[[ PROVIDED DATA open ]]
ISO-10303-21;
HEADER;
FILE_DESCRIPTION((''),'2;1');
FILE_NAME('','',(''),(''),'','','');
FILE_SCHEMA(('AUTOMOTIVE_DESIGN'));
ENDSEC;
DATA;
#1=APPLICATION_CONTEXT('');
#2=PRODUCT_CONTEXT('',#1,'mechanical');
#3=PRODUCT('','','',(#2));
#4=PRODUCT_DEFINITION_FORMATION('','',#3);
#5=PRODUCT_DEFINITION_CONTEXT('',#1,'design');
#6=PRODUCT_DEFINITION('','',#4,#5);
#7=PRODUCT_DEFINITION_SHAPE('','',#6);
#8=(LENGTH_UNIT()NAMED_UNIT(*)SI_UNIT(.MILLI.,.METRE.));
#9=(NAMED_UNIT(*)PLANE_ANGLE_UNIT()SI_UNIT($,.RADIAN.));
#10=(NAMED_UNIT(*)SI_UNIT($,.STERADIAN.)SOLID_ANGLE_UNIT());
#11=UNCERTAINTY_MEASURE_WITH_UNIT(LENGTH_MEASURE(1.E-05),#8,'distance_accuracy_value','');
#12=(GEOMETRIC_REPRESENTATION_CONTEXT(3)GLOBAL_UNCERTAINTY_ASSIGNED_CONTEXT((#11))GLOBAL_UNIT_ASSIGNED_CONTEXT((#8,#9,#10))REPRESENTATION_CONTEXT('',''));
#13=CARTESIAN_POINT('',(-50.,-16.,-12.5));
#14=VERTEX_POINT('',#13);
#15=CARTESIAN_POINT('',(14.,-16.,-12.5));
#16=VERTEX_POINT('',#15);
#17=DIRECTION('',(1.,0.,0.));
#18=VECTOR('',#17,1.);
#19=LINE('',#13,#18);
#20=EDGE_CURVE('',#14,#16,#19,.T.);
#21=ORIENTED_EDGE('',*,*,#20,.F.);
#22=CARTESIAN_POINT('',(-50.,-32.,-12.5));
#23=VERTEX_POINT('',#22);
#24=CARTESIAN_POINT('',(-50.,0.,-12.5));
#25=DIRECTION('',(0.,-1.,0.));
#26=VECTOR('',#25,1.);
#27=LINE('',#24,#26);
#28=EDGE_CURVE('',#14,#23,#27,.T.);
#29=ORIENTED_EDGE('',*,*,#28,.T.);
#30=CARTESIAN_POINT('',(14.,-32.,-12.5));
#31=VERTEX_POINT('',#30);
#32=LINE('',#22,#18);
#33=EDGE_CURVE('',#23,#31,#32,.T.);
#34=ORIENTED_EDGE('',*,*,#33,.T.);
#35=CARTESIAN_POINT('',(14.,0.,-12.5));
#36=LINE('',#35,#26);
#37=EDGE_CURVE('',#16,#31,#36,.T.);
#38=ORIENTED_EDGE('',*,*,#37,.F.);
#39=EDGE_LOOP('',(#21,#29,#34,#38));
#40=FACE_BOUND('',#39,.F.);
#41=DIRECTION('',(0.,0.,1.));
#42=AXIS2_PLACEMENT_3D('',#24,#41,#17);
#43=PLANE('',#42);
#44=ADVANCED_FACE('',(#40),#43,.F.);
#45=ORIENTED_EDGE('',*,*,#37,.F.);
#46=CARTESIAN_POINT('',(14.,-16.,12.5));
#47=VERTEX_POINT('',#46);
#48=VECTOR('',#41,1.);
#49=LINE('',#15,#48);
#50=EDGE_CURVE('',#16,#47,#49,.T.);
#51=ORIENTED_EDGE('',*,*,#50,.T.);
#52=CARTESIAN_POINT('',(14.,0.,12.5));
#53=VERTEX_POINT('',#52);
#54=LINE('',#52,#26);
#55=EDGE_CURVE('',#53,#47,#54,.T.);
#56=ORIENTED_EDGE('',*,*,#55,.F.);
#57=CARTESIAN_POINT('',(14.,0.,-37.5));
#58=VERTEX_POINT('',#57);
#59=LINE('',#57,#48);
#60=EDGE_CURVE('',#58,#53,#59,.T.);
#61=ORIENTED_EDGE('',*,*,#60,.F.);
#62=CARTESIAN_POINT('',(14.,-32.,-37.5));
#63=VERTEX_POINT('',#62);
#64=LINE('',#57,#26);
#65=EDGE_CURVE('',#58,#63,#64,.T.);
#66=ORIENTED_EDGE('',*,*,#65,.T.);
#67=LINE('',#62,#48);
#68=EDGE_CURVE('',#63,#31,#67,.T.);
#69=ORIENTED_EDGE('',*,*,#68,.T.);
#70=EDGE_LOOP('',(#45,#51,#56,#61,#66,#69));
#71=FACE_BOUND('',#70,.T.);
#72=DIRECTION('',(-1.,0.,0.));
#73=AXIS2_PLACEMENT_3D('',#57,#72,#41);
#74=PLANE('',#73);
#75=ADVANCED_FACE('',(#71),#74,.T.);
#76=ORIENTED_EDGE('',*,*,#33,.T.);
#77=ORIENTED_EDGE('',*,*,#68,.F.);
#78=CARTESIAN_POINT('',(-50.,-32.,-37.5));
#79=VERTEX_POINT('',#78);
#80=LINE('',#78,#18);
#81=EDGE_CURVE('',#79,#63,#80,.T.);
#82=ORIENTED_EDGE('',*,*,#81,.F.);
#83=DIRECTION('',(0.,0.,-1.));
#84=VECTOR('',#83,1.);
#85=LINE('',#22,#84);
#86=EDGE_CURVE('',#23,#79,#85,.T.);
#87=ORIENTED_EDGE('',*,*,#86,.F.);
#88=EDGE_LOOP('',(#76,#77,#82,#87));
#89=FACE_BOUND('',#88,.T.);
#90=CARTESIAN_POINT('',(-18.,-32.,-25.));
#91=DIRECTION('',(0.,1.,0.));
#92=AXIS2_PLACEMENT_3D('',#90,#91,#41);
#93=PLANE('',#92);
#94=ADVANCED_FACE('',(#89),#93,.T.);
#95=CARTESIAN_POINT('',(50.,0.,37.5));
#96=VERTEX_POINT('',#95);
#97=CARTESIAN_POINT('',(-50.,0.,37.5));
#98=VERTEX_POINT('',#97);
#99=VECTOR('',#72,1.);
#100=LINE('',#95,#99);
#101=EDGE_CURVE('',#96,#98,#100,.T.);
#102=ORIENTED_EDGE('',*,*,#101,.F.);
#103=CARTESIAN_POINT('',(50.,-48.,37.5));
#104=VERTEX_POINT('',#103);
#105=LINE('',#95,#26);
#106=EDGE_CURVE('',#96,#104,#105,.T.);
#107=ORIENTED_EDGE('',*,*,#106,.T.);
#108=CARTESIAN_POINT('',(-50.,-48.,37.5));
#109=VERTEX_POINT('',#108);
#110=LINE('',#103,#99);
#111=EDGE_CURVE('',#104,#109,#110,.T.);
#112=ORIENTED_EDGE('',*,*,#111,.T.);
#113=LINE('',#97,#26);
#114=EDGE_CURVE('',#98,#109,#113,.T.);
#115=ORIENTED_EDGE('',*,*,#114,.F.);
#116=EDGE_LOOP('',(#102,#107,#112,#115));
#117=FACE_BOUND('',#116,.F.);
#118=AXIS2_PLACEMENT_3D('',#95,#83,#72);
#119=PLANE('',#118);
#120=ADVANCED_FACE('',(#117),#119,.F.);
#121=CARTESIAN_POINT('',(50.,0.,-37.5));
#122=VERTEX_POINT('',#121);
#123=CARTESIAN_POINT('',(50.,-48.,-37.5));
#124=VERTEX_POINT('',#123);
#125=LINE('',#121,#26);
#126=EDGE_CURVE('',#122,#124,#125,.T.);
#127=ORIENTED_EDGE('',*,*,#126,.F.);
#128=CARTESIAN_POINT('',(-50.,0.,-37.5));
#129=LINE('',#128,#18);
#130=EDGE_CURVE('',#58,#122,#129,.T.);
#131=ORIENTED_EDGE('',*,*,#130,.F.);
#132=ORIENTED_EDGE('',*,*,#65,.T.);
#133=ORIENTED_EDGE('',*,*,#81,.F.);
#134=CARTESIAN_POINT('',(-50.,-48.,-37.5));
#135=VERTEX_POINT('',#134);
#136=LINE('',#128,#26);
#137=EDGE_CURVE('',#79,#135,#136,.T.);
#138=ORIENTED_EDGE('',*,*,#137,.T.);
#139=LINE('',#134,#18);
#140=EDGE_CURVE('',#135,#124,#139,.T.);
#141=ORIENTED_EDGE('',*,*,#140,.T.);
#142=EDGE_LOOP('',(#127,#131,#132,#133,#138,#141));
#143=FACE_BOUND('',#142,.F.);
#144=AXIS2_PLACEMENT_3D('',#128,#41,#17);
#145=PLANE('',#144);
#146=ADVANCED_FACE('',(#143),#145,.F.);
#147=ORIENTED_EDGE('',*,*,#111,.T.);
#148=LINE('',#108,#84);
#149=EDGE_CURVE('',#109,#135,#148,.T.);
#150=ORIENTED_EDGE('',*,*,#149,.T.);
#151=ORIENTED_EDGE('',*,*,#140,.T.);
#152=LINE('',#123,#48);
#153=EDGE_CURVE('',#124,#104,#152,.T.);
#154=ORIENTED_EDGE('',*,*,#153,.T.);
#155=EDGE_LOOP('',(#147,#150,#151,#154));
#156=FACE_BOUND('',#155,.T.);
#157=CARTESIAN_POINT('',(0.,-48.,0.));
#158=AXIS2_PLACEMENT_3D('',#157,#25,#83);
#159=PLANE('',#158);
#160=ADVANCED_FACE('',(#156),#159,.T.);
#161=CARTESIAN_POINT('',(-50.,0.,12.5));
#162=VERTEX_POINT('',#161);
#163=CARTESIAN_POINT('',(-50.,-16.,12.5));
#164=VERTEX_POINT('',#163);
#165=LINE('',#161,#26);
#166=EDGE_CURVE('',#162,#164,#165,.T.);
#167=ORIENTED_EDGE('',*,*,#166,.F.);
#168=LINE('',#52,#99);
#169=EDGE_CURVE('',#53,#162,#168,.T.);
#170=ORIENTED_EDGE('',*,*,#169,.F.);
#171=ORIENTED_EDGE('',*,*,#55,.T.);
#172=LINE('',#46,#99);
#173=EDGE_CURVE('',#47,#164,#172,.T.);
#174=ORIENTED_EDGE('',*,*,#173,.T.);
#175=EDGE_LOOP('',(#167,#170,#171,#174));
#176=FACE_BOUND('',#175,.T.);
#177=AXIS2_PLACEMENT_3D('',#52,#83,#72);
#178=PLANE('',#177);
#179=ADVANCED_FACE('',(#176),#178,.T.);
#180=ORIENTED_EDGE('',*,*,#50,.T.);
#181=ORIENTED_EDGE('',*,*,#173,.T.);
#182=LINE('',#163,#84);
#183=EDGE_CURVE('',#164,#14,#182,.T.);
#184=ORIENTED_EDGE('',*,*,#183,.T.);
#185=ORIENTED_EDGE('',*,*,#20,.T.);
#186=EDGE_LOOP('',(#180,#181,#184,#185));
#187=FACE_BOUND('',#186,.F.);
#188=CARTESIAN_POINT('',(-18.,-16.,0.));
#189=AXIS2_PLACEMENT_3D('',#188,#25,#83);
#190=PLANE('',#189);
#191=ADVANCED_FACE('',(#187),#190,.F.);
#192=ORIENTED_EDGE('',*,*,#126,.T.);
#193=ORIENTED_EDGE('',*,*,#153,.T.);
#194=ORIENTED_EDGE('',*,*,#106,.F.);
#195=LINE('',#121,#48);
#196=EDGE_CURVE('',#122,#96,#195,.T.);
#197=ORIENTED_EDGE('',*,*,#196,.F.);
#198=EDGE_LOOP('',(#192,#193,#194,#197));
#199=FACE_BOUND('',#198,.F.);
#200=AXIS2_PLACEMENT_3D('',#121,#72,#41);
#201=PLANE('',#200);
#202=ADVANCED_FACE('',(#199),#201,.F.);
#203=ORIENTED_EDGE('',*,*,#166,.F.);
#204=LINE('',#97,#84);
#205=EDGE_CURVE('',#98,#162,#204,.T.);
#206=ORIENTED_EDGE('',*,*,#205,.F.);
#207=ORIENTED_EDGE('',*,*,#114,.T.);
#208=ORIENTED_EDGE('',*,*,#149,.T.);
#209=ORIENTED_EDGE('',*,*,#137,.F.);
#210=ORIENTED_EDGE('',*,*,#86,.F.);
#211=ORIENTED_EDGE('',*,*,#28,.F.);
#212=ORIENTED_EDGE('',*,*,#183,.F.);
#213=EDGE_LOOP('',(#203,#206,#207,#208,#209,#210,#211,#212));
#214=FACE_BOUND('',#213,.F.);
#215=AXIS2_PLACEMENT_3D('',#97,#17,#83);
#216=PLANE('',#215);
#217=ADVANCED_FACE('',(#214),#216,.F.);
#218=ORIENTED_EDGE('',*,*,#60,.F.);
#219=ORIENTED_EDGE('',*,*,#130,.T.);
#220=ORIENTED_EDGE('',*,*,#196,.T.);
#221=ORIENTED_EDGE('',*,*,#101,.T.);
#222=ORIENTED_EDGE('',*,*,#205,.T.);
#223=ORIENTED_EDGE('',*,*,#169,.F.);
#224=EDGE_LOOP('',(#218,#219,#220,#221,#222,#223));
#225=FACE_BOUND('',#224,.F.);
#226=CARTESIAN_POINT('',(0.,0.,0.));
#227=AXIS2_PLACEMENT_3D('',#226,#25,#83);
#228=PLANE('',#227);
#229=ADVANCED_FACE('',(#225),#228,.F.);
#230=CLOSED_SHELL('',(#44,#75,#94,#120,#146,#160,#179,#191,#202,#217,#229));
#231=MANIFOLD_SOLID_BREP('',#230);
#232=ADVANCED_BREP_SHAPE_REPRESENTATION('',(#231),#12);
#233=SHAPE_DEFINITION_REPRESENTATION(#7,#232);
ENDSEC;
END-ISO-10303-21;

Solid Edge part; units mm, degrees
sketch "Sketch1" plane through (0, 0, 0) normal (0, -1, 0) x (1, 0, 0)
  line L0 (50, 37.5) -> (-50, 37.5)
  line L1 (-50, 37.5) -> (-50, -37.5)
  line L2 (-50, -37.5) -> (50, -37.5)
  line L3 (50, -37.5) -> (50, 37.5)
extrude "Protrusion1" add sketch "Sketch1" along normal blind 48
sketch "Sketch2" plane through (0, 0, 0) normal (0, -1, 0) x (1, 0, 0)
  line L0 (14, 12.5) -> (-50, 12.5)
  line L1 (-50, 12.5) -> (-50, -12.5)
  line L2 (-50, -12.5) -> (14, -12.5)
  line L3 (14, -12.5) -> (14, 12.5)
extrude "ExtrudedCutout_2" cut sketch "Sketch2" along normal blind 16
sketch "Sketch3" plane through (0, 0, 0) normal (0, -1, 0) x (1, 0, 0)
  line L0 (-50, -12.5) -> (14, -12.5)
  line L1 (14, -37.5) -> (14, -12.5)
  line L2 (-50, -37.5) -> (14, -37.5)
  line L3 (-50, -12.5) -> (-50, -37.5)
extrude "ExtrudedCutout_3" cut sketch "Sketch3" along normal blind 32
[[ PROVIDED DATA closed ]]
[[ PROVIDED DATA open ]]
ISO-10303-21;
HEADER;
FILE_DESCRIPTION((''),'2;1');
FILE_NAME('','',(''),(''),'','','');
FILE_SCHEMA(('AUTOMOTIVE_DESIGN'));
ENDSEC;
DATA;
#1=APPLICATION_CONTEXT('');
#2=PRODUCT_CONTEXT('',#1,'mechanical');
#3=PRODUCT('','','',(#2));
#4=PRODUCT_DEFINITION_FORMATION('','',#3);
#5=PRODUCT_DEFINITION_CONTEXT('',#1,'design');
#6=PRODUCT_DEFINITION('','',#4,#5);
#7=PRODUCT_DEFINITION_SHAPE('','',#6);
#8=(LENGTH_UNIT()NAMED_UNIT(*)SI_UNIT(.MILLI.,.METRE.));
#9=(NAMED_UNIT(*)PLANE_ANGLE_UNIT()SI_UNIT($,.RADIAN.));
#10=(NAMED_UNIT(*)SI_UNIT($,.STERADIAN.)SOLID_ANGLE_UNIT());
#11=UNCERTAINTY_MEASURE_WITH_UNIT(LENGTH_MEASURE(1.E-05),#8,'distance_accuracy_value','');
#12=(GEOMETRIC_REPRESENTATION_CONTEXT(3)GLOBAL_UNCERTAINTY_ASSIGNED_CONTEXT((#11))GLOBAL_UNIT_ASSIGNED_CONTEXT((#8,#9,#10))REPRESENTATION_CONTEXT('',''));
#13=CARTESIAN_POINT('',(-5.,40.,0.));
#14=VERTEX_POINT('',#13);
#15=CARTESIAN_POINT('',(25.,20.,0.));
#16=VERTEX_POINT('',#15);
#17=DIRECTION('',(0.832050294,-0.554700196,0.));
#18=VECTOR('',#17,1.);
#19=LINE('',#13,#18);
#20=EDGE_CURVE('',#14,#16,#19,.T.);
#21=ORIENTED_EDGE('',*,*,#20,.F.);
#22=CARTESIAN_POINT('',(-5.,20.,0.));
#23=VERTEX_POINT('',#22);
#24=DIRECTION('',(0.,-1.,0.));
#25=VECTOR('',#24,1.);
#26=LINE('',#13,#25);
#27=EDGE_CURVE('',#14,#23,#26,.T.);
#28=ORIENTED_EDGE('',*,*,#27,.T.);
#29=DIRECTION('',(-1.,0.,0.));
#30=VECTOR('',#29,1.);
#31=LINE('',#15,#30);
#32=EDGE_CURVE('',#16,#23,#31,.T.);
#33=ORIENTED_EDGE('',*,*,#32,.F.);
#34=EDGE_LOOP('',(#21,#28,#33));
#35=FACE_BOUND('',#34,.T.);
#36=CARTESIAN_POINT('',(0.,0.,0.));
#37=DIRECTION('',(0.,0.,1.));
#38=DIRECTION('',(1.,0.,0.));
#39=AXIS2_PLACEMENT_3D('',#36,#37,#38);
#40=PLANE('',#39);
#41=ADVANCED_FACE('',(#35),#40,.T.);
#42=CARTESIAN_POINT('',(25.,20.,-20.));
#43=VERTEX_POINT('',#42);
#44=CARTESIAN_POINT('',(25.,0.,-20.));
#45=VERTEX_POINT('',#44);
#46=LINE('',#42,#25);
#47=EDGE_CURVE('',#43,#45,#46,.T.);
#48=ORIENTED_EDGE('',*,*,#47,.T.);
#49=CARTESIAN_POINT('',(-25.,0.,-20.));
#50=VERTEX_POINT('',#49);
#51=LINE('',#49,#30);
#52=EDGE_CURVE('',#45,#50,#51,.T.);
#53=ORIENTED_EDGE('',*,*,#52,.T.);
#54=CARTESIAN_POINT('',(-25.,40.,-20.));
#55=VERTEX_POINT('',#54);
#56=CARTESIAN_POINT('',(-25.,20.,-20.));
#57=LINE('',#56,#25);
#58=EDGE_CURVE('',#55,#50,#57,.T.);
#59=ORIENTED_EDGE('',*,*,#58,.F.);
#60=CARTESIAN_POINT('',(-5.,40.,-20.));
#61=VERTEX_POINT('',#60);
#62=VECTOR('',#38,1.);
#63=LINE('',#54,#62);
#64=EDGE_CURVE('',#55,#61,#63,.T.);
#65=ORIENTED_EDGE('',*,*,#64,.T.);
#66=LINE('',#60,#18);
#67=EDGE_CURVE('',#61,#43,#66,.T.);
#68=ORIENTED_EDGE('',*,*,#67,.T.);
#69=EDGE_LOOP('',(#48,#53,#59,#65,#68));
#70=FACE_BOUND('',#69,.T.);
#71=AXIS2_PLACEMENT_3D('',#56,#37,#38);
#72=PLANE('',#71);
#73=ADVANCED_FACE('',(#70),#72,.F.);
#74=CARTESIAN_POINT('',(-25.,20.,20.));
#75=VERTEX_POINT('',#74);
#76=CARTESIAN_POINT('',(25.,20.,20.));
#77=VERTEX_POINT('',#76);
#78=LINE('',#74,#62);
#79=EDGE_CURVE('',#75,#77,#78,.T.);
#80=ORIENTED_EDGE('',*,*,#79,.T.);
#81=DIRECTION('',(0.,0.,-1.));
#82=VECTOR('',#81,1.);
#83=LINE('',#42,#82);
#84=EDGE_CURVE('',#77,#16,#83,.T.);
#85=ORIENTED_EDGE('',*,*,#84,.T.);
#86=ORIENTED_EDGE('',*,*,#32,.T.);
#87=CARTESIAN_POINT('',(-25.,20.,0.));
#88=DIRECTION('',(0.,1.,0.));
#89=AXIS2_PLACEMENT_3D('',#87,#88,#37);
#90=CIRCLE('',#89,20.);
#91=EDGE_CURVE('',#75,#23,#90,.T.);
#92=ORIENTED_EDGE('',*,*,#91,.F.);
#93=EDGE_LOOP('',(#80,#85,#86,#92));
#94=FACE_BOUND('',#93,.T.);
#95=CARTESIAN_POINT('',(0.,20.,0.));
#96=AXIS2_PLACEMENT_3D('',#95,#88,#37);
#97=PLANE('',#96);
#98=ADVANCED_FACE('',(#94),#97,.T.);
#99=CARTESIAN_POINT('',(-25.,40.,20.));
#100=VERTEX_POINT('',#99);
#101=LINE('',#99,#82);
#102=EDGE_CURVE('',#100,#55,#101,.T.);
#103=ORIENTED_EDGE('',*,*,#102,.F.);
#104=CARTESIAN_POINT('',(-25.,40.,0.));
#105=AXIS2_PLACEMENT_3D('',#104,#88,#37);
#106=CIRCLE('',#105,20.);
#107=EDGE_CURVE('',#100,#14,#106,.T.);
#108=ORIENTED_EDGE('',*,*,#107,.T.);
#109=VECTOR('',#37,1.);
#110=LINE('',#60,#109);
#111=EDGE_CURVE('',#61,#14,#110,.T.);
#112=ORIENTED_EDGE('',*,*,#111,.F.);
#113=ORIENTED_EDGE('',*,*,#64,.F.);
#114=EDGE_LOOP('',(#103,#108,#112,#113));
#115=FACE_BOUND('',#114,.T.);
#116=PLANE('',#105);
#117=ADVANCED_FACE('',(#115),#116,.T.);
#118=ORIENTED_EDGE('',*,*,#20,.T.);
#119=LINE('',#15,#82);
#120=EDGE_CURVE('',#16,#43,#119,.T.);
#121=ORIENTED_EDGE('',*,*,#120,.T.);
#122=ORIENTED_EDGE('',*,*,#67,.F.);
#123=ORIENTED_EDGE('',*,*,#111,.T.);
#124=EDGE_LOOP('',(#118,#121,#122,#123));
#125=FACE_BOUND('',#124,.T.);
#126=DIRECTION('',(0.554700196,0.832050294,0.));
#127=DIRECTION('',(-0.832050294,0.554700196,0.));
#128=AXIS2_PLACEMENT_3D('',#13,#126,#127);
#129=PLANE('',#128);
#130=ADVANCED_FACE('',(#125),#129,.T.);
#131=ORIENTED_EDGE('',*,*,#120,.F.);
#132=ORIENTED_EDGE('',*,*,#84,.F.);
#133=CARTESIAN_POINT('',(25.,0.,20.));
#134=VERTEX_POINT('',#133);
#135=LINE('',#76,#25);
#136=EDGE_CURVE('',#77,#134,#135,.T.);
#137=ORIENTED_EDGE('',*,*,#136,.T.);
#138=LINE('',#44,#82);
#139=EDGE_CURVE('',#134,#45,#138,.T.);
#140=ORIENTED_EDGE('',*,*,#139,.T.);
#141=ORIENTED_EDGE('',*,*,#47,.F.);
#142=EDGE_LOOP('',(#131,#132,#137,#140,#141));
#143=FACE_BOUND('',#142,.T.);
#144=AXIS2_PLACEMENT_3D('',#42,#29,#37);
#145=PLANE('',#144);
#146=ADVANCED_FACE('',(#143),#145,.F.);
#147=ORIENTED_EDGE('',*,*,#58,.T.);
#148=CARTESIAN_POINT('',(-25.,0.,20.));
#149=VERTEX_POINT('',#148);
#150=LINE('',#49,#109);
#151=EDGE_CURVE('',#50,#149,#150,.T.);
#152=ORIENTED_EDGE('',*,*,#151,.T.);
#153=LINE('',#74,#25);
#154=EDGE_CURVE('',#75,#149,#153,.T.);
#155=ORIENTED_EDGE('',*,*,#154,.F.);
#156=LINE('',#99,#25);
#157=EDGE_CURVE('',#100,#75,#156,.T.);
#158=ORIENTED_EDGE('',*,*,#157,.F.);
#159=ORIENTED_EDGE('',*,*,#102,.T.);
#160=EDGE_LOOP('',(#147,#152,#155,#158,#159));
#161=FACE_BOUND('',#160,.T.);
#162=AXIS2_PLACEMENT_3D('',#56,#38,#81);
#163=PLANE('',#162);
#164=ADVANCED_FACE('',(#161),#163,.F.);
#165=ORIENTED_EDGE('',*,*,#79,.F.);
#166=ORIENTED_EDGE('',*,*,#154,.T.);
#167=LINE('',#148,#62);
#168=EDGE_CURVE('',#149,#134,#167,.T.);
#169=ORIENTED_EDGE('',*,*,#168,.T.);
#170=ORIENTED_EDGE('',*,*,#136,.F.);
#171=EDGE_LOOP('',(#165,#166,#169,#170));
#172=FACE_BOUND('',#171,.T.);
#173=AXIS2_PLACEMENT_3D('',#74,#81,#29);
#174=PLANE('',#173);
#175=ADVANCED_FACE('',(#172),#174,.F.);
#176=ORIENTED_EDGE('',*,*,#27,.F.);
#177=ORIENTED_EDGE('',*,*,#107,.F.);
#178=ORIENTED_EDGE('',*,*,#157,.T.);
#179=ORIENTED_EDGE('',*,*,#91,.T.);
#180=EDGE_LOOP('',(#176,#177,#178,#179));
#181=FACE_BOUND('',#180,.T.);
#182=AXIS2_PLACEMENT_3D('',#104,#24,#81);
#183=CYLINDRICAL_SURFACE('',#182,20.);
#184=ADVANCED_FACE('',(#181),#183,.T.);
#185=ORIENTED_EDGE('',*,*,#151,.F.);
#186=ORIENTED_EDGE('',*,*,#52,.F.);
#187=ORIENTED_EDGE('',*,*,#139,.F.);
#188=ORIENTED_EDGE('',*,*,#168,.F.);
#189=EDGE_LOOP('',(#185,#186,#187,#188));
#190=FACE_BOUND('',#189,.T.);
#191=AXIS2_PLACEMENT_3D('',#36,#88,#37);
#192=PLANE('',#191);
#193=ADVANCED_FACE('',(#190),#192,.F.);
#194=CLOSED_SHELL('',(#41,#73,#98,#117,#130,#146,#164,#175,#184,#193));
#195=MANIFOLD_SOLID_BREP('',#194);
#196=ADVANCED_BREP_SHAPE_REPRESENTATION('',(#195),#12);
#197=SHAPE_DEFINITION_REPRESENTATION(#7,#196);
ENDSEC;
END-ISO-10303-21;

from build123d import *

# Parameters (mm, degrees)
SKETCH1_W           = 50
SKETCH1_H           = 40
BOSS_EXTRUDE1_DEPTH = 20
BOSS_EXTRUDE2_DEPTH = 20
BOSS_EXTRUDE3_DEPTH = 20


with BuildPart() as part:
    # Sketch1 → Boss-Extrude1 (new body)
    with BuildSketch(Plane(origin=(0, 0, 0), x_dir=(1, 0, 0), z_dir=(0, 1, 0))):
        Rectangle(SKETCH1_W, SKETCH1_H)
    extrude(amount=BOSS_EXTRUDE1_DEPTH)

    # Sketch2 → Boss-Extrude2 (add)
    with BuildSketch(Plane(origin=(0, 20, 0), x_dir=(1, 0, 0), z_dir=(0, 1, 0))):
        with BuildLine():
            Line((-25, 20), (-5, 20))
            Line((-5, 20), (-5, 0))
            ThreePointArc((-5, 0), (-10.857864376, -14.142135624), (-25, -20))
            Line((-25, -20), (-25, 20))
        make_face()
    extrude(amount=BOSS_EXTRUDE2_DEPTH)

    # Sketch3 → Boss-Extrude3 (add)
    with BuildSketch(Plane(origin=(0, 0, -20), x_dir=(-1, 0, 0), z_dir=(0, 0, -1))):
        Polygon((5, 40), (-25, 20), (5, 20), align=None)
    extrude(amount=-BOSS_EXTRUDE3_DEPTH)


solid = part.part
[[ PROVIDED DATA closed ]]
# TO DO:
All lines above from the one holding "#117=FACE_BOUND('',#116,.F.);" to the one holding "#123=CARTESIAN_POINT('',(50.,-48.,-37.5));", inclusive, are to be copied exactly; no other line is wanted.

# EXERCISE OUTPUT:
#117=FACE_BOUND('',#116,.F.);
#118=AXIS2_PLACEMENT_3D('',#95,#83,#72);
#119=PLANE('',#118);
#120=ADVANCED_FACE('',(#117),#119,.F.);
#121=CARTESIAN_POINT('',(50.,0.,-37.5));
#122=VERTEX_POINT('',#121);
#123=CARTESIAN_POINT('',(50.,-48.,-37.5));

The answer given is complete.